This is a python package that performs exploratory data analysis for users. It takes in a csv file and generates 3 documents that comprise of a text report containing a descriptive summary, a series of plots and a cleaned csv output.
- Python 3.8x
- matplotlib==3.1.2
- numpy==1.18.1
- pandas==1.0.0
- PySimpleGUI==4.19.0
- scikit-learn==0.22.1
- scipy==1.4.1
- seaborn==0.10.0
- statsmodels==0.11.1
- more-itertools==8.3.0
- You can clone or download my package.
- Using terminal, move to the directory.
- Example for Mac OS users:
$ cd Downloads/Edator - Install the required packages using:
pip install -r requirements.txt
- After that, change directory into the Script folder using:
$ cd Script - Now, execute the main.py file by:
$ python main.py
- You should see the following:
-
Choose the format of the file (csv or xls), the path to the file and the paths to export the plots, the report and the cleaned csv file to.
-
Done!
How I deal with NaN value is that I only remove the affected rows when the percentage of NaN within that column is less than 5%. This applies to both numerical and categorical values.
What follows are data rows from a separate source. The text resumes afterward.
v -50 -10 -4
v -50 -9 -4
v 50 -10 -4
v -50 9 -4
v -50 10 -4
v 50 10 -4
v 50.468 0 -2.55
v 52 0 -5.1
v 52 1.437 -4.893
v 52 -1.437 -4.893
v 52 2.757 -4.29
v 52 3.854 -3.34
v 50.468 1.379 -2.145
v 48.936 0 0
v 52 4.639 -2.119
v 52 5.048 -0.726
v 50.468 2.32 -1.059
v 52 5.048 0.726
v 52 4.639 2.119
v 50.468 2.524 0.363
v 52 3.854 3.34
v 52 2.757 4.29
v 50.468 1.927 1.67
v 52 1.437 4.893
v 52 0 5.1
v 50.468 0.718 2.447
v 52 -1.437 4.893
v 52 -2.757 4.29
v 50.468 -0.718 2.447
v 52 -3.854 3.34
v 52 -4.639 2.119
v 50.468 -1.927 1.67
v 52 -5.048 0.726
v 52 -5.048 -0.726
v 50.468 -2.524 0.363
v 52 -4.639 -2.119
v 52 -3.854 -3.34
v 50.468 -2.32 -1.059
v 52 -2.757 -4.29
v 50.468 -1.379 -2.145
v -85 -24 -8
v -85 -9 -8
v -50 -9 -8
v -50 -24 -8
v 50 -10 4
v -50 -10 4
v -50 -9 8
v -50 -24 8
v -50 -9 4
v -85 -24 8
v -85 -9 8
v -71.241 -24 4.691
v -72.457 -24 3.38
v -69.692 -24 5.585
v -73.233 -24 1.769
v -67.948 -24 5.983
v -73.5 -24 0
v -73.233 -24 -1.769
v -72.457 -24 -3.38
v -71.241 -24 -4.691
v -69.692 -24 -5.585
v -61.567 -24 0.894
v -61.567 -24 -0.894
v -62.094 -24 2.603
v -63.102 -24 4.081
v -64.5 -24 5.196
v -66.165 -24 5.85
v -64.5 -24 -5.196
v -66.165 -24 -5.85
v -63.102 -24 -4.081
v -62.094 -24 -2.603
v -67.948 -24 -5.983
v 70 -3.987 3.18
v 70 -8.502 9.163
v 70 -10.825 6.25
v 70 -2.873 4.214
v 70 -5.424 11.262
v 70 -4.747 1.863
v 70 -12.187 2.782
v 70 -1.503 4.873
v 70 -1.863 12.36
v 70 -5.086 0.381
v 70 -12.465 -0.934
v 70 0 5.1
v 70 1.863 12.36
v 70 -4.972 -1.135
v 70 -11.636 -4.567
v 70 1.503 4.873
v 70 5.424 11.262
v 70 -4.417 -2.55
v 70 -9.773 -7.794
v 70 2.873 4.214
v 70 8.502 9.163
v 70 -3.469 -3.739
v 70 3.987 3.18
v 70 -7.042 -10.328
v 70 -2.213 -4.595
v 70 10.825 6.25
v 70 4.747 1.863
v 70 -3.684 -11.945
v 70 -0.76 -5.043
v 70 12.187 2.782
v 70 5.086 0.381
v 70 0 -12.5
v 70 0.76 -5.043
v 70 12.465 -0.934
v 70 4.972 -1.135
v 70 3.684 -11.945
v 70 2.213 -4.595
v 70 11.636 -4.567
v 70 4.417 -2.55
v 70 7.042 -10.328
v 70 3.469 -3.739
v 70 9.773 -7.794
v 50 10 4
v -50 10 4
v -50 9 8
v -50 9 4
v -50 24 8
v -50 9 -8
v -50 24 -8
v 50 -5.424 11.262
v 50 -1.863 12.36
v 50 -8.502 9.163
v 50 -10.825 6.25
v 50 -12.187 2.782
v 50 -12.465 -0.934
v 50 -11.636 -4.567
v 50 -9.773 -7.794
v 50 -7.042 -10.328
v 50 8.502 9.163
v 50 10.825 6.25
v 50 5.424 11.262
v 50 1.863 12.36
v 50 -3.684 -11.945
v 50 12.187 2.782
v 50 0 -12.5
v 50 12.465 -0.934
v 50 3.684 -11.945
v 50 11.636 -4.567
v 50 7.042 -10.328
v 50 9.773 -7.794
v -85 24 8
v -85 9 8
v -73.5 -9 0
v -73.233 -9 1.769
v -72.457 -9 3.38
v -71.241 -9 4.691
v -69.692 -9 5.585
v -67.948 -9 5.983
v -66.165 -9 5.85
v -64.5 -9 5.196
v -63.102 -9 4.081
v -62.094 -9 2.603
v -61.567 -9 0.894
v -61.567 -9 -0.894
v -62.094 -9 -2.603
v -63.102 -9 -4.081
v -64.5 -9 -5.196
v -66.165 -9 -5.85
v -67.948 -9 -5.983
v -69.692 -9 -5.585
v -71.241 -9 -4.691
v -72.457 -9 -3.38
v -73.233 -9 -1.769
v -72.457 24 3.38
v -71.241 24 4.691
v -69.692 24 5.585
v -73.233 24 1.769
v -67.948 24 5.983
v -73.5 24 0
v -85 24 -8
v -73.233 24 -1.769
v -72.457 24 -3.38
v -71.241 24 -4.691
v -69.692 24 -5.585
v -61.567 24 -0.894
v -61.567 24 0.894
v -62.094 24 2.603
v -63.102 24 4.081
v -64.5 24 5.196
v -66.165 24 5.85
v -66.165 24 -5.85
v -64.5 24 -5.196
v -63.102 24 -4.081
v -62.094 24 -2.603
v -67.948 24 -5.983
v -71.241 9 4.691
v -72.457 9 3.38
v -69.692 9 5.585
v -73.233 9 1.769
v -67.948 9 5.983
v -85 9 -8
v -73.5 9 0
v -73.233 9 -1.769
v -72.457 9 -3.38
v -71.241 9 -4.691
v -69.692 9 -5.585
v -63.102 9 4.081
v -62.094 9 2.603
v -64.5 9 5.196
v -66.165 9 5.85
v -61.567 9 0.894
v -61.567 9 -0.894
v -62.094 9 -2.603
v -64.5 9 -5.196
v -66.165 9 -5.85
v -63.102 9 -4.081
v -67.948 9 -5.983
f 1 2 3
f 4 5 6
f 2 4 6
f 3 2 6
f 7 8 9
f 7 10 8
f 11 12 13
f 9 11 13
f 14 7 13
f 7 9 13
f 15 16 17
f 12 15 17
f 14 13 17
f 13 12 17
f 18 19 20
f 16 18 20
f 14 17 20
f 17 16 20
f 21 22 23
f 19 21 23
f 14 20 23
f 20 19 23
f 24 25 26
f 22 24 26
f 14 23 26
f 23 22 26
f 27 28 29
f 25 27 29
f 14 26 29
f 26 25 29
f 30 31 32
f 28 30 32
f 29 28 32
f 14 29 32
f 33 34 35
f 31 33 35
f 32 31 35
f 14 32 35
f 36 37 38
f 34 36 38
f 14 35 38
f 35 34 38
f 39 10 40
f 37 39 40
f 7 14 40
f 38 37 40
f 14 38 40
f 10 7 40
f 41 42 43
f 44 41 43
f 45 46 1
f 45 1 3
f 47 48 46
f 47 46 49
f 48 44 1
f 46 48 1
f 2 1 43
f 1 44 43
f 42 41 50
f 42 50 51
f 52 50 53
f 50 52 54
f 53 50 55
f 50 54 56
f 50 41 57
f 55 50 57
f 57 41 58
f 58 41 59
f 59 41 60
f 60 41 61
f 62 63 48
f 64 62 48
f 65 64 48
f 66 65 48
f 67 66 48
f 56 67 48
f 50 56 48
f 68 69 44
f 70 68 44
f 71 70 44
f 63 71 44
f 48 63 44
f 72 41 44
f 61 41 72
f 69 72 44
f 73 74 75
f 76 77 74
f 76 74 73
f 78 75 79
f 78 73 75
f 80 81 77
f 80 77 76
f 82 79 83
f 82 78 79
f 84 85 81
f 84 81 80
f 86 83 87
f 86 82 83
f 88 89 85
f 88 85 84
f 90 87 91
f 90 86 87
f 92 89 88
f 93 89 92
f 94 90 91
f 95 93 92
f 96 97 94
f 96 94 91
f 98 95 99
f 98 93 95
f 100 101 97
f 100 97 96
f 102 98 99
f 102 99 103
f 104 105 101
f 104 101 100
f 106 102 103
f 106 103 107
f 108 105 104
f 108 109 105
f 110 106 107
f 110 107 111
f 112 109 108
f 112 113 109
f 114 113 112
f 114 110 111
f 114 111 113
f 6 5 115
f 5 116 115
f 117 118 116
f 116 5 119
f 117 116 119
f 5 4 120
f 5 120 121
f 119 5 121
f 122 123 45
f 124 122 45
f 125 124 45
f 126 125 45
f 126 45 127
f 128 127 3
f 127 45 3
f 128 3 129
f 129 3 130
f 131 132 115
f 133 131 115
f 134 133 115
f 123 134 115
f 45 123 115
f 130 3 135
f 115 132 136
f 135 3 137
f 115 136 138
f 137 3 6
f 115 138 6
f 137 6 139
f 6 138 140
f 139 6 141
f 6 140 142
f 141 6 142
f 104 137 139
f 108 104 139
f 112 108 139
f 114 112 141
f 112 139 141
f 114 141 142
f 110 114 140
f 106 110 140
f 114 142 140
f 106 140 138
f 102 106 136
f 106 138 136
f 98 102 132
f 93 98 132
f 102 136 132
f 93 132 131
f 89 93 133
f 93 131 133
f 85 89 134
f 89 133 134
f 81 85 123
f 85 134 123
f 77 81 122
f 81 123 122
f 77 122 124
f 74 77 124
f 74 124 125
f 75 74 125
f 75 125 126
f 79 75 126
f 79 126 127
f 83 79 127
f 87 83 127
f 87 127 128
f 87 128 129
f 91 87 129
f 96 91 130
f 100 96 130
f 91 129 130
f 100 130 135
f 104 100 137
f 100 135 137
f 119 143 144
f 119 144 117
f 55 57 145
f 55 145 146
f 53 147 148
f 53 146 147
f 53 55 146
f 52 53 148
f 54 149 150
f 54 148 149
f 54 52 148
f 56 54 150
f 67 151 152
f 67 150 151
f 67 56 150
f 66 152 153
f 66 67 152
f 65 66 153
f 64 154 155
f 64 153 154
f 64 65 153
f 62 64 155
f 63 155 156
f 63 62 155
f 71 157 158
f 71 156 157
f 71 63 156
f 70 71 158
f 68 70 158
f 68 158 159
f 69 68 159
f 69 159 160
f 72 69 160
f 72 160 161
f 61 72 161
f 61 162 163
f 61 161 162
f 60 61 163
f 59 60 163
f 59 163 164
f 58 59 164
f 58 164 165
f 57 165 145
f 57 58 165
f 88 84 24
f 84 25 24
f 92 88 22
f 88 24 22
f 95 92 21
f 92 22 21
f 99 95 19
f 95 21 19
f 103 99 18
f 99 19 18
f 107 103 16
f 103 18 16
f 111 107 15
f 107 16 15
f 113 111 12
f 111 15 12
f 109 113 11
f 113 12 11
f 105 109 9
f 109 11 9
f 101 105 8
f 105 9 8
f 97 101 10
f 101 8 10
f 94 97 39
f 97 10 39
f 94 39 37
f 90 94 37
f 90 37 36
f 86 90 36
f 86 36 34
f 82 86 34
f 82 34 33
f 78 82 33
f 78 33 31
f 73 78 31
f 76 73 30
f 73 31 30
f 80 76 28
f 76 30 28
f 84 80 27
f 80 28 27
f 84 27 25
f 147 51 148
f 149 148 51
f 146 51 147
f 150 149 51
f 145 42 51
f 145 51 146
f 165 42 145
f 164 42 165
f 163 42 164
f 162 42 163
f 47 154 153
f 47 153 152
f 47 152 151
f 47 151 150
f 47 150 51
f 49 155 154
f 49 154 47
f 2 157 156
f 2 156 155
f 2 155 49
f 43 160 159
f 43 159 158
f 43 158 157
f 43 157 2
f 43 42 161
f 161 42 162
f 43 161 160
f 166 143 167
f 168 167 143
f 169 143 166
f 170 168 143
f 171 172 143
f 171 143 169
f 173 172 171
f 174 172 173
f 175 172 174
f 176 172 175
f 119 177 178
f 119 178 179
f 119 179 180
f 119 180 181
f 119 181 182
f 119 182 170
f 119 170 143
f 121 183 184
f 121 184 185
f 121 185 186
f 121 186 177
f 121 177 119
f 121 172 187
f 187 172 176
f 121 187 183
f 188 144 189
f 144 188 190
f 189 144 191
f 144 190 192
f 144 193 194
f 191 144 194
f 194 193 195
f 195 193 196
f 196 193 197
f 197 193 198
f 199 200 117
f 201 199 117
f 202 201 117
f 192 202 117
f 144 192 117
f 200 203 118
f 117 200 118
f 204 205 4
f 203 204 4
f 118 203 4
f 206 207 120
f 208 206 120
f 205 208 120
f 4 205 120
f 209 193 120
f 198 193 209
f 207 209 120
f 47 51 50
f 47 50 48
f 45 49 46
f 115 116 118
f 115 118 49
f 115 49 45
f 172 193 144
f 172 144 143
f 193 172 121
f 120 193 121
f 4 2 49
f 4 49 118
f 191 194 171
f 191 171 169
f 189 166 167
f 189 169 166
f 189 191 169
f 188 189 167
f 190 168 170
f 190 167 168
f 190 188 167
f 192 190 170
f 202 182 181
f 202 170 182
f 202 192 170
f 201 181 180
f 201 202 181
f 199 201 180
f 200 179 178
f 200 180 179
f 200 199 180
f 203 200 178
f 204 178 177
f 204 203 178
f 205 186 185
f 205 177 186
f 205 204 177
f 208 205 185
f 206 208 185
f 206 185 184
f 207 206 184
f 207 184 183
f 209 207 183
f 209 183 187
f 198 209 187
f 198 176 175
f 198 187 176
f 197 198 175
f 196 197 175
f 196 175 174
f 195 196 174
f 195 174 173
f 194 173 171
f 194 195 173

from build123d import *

# Parameters (mm, degrees)
ESQUISSE1_W                  = 100
ESQUISSE1_H                  = 20
BOSS_EXTRU_1_DEPTH           = 4
BOSS_EXTRU_2_DEPTH           = 4
BOSS_EXTRU_2_DEPTH_BACK      = 12
ESQUISSE2_W                  = 35
ESQUISSE2_H                  = 48
ENL_V_MAT_EXTRU_1_DEPTH      = 90.134729483
ENL_V_MAT_EXTRU_1_DEPTH_BACK = 90.134729483
ESQUISSE3_W                  = 35
ESQUISSE3_H                  = 18
ENL_V_MAT_EXTRU_2_DEPTH      = 98.943861472
ENL_V_MAT_EXTRU_2_DEPTH_BACK = 98.943861472
ESQUISSE6_R                  = 6
ESQUISSE7_R                  = 12.5
BOSS_EXTRU_3_DEPTH           = 20
M12_TAPPED_HOLE1_D           = 10.2
M12_TAPPED_HOLE1_DEPTH       = 18
M12_TAPPED_HOLE1_TIP         = 3.064389157


with BuildPart() as part:
    # Esquisse1 → Boss.-Extru.1 (new, symmetric)
    with BuildSketch(Plane.XY):
        Rectangle(ESQUISSE1_W, ESQUISSE1_H)
    extrude(amount=BOSS_EXTRU_1_DEPTH, both=True)

    # Esquisse2 → Boss.-Extru.2 (add, two sides: drawn at the far end of the back side and taken through both)
    with BuildSketch(Plane.XY.offset(4).offset(-BOSS_EXTRU_2_DEPTH_BACK)):
        with Locations((-67.5, 0)):
            Rectangle(ESQUISSE2_W, ESQUISSE2_H)
    extrude(amount=BOSS_EXTRU_2_DEPTH + BOSS_EXTRU_2_DEPTH_BACK)

    # Esquisse3 → Enlèv. mat.-Extru.1 (cut, two sides: drawn at the far end of the back side and taken through both)
    with BuildSketch(Plane.XY.offset(4).offset(-ENL_V_MAT_EXTRU_1_DEPTH_BACK)):
        with Locations((-67.5, 0)):
            Rectangle(ESQUISSE3_W, ESQUISSE3_H)
    extrude(amount=ENL_V_MAT_EXTRU_1_DEPTH + ENL_V_MAT_EXTRU_1_DEPTH_BACK, mode=Mode.SUBTRACT)

    # Esquisse6 → Enlèv. mat.-Extru.2 (cut, two sides: drawn at the far end of the back side and taken through both)
    with BuildSketch(Plane(origin=(0, 24, 0), x_dir=(1, 0, 0), z_dir=(0, 1, 0)).offset(-ENL_V_MAT_EXTRU_2_DEPTH_BACK)):
        with Locations((-67.5, 0)):
            Circle(ESQUISSE6_R)
    extrude(amount=ENL_V_MAT_EXTRU_2_DEPTH + ENL_V_MAT_EXTRU_2_DEPTH_BACK, mode=Mode.SUBTRACT)

    # Esquisse7 → Boss.-Extru.3 (add)
    with BuildSketch(Plane(origin=(50, 0, 0), x_dir=(0, 0, -1), z_dir=(1, 0, 0))):
        Circle(ESQUISSE7_R)
    extrude(amount=BOSS_EXTRU_3_DEPTH)

    # M12 Tapped Hole1
    with Locations(Plane(origin=(70, 0, 0), x_dir=(0, 0, -1), z_dir=(1, 0, 0))):
        with Locations((0, 0)):
            Hole(M12_TAPPED_HOLE1_D / 2, depth=M12_TAPPED_HOLE1_DEPTH)
            with Locations((0, 0, -(M12_TAPPED_HOLE1_DEPTH + M12_TAPPED_HOLE1_TIP / 2))):  # 118° drill point
                Cone(0, M12_TAPPED_HOLE1_D / 2, M12_TAPPED_HOLE1_TIP, mode=Mode.SUBTRACT)


solid = part.part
For anything above 5%, I replace the NaN values with median. For categorical values, the NaN values will be replace by mode.
Dealing with zeros is much harder as it is challenging to differentiate between a zero that is meaningful (has a purpose and should not be removed) and a zero that serves no purpose and can potentially add more noise to the dataset. Hence, I decided to inform the user about the percentage of zeros in the dataset.
I use Z-score to detect outliers. If a Z-score is 0, it indicates that the data point’s score is identical to the mean score. A Z-score of 1.0 would indicate a value that is one standard deviation from the mean. Z-scores may be positive or negative, with a positive value indicating the score is above the mean and a negative score indicating it is below the mean.
In most cases, a threshold of 3 or -3 is used to filter off outliers and I have used this approach for all of my analysis.
For correlation, I included:
- Pearson and Spearman correlation for numerical-numerical variables.
- One Way ANOVA for numerical-categorical variables
- Chi-Square test for categorical-categorical variables
Using itertools.combinations, I identify every possible combinations among numerical-numerical variables, numerical-categorical variables and categorical-categorical variables. I then apply the correlation test based on the criteria I have set above.
For plots, I created:
- Scatterplot for numerical variables
- Countplot for categorical variables
- Boxplot for numerical-categorical variables
Similar to correlation, I used itertools.combinations to create every possible plot. I have also added the hue feature to each scatterplot. I will only do so when the categorical variable has less than 5 unique values. Example, if hue = "fruits", I should only see 4 types of fruits.
- Take in more file outputs beyond CSV and Excel
- Gathering user input, I will increase the variety of plots beyond scatterplots, barplots and boxplots.
- Report generated will be in HTML format.